25 Sep 2024

IASS Webinar 44: Random Forests and Mixed Effects Random Forests for Small Area Estimation of General Parameters

Date 25 Sep 2024
Time 12:00 GMT+02:00 - 13:30 GMT+02:00
Level of instruction Intermediate
Instructor
Nikos Tzavidis
Registration fee

Webinar Abstract

Random forests demonstrate excellent predictive performance. The use of few tuning parameters, automated model-selection, and their ability to detect higher order interactions and complex relationships make their use appealing. Examples of research on tree-based methods for the analysis of complex survey data and survey estimation include Toth & Eltinge (2011), Breidt & Opsomer (2017), Bilton et al. (2017), and Bilton et al. (2020). More recently, Dagdoug et al. (2021) study the theoretical properties of random forests for complex survey data. In this work we study the use of random forests and extensions for estimating general small area parameters. Conventionally, random forests do not include random effects. Random effects play a central role in small area estimation. We propose an extension of random forests to mixed effects random forests that combines the random forest fitting algorithm with a mixed effects model to exploit clustering in out-of-bag residuals. The
proposed fitting algorithm extends previous work by Krennmair & Schmid (2022). The fitting algorithm uses non-parametric bootstrap to correct the bias due to the estimation of the random forest in the estimated residual variance (Mendez & Lohr, 2011) before proceeding to estimate the variance components and the random effects. Ignoring this bias impacts both on point and mean squared error (MSE) estimation. Estimators of general small area parameters are derived by using a smearing estimator of the area-specific distribution function (Chambers et al., 2014). MSE estimation under machine learning methods remains a largely unexplored research area. In this work we study MSE estimation using non-parametric block bootstrap with appropriate scaling of the residuals. The proposed methods are evaluated in model-based simulations and by using real data from a poverty assessment case study in Mozambique. Comparisons to industry standard methods under a linear mixed model e.g., the Empirical Best Predictor, also with data driven transformations, and to a synthetic estimator under the random forest are presented.

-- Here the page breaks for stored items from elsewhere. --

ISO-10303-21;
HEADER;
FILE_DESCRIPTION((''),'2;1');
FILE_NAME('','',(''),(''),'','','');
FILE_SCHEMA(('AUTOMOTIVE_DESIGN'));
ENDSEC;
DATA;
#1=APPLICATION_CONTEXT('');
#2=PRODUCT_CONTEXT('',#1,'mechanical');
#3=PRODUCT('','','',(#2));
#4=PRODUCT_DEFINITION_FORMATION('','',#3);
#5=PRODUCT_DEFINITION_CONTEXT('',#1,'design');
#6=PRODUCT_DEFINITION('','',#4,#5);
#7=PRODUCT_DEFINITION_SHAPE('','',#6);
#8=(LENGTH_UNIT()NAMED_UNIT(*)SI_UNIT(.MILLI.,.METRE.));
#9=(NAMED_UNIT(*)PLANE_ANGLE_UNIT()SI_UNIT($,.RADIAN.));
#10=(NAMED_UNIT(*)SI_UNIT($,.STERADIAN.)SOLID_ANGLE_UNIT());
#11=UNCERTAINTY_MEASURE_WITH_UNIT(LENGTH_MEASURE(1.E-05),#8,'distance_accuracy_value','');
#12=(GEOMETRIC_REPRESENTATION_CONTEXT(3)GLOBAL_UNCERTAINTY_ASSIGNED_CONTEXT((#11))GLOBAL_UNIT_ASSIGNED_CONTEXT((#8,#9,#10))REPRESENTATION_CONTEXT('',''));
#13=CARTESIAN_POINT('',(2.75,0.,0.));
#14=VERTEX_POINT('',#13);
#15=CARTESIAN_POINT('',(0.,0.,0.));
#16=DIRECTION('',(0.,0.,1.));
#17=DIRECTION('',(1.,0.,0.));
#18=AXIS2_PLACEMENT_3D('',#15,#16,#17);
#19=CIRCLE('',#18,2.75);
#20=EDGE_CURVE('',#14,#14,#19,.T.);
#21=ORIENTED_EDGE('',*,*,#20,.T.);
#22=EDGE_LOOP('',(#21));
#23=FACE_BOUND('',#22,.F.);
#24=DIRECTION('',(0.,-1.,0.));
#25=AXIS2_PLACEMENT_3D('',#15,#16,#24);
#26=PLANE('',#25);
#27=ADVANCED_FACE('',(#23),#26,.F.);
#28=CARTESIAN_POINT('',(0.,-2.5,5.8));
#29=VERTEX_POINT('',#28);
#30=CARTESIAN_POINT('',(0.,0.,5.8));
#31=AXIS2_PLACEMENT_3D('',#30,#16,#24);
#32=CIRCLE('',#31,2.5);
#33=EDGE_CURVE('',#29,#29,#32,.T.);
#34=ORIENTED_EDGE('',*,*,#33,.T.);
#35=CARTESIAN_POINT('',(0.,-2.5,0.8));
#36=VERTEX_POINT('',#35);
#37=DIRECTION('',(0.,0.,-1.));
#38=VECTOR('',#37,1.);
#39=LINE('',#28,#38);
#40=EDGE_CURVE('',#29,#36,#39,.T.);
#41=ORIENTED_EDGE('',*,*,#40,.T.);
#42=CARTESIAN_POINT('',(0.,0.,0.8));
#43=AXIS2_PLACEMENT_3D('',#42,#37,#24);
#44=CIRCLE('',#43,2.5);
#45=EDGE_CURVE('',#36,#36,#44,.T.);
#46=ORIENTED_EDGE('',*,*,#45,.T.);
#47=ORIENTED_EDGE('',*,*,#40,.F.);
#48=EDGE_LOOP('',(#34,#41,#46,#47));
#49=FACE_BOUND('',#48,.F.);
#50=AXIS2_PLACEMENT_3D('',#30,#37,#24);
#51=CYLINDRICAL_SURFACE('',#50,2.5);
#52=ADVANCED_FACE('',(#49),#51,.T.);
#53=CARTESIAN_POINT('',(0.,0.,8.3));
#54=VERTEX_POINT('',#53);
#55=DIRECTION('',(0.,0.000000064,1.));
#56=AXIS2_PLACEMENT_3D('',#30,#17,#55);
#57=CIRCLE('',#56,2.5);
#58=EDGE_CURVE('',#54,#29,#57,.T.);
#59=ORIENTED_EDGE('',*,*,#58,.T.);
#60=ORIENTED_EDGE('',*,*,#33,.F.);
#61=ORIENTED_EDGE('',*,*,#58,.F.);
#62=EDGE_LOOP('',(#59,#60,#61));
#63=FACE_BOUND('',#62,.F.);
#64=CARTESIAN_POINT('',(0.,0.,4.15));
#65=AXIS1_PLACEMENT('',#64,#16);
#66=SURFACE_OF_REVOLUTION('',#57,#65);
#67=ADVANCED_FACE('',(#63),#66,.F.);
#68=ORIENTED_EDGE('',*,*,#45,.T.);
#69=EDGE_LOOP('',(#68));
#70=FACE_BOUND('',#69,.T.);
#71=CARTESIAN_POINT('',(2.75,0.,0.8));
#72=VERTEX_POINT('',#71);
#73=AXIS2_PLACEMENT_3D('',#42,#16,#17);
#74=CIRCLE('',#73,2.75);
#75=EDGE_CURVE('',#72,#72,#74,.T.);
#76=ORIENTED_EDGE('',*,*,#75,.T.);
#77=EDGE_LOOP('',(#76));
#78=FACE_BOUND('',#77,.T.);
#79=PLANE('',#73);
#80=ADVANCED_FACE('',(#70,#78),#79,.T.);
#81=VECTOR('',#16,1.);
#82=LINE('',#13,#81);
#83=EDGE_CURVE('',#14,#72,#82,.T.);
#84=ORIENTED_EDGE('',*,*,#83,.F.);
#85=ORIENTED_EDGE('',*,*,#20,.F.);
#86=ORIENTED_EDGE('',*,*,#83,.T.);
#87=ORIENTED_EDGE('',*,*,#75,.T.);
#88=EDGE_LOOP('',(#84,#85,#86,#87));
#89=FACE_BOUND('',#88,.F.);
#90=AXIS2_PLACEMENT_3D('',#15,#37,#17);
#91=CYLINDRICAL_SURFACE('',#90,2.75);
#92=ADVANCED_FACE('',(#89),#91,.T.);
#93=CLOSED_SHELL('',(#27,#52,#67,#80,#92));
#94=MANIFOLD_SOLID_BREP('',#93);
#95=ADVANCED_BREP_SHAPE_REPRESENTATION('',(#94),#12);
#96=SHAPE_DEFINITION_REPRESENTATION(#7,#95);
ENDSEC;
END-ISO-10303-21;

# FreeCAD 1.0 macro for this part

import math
import FreeCAD as App
import Part
import Sketcher
Q = App.Units.Quantity

doc = App.newDocument("Part")
body = doc.addObject("PartDesign::Body", "Body")

# Sketch on XY plane
sketch1 = doc.addObject("Sketcher::SketchObject", "Sketch")
body.addObject(sketch1)
sketch1.AttachmentSupport = (doc.XY_Plane, [""])
sketch1.MapMode = "FlatFace"
sketch1.addGeometry(Part.Circle(App.Vector(0, 0, 0), App.Vector(0, 0, 1), 2.8), False)
sketch1.addConstraint([
    Sketcher.Constraint("Coincident", 0, 3, -1, 1),
    Sketcher.Constraint("Diameter", 0, Q("5.5 mm")),
])
pad1 = doc.addObject("PartDesign::Pad", "Pad")
body.addObject(pad1)
pad1.Profile = sketch1
pad1.Length = 0.8

# Sketch on YZ plane
sketch2 = doc.addObject("Sketcher::SketchObject", "Sketch001")
body.addObject(sketch2)
sketch2.AttachmentSupport = (doc.YZ_Plane, [""])
sketch2.MapMode = "FlatFace"
sketch2.addGeometry([
    Part.LineSegment(App.Vector(-2.5, 0, 0), App.Vector(0, 0, 0)),
    Part.LineSegment(App.Vector(0, 0, 0), App.Vector(0, 8.3, 0)),
    Part.ArcOfCircle(Part.Circle(App.Vector(0, 5.8, 0), App.Vector(0, 0, 1), 2.5), math.radians(90), math.radians(180)),
    Part.LineSegment(App.Vector(-2.5, 5.8, 0), App.Vector(-2.5, 0, 0)),
], False)
sketch2.addConstraint([
    Sketcher.Constraint("Coincident", 0, 2, 1, 1),
    Sketcher.Constraint("Coincident", 1, 2, 2, 1),
    Sketcher.Constraint("Tangent", 2, 2, 3, 1),
    Sketcher.Constraint("Coincident", 3, 2, 0, 1),
    Sketcher.Constraint("Horizontal", 0),
    Sketcher.Constraint("Vertical", 1),
    Sketcher.Constraint("Vertical", 3),
    Sketcher.Constraint("Coincident", 0, 2, -1, 1),
    Sketcher.Constraint("PointOnObject", 2, 3, -2),
    Sketcher.Constraint("Radius", 2, Q("2.5 mm")),
    Sketcher.Constraint("DistanceY", 1, 1, 1, 2, Q("8.3 mm")),
])
revolution = doc.addObject("PartDesign::Revolution", "Revolution")
body.addObject(revolution)
revolution.Profile = sketch2
revolution.ReferenceAxis = (sketch2, ["V_Axis"])
revolution.Angle = 360

doc.recompute()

The empirical evaluations and the real data application inform us about (a) the impact of including random effects in random forests, (b) the importance of using data transformations with random forests, and (c) the performance of point and MSE estimators. The current approach to including random effects in random forests is more in line with the data modelling culture than the algorithmic modelling culture (Breiman, 2001; Efron, 2020). We critically discuss the proposed approach and outline possible alternatives. 

Instructors

Nikos Tzavidis
Instructor
Nikos Tzavidis

About the instructor

Nikos Tzavidis is Professor of Statistical Methodology at the University of Southampton. His research focuses on topics in small area estimation, outlier robust estimation, quantile regression, applications of machine learning to official statistics and the integration of survey and geospatial data. Nikos’s work is supported by funding from the UK Economic and Social Research Council, the European Commission, the UK Office for National Statistics, FCDO, the United Nations and the World Bank. Nikos has served as Head of Department of Social Statistics and Demography and Head of the School of Economic, Social and Political Sciences at Southampton. Between 2021 and 2023, he served as Vice-President of the International Association of Survey Statisticians and is currently member of the Advisory Board on Ethics of the International Statistical Institute. Nikos currently serves on the editorial boards of the Journal of the Royal Statistical Society Series C, the Journal of Official Statistics, and International Statistical Review.  From January 1 st , 2025, he will be joint Editor of the Journal of the Royal Statistical Society Series A.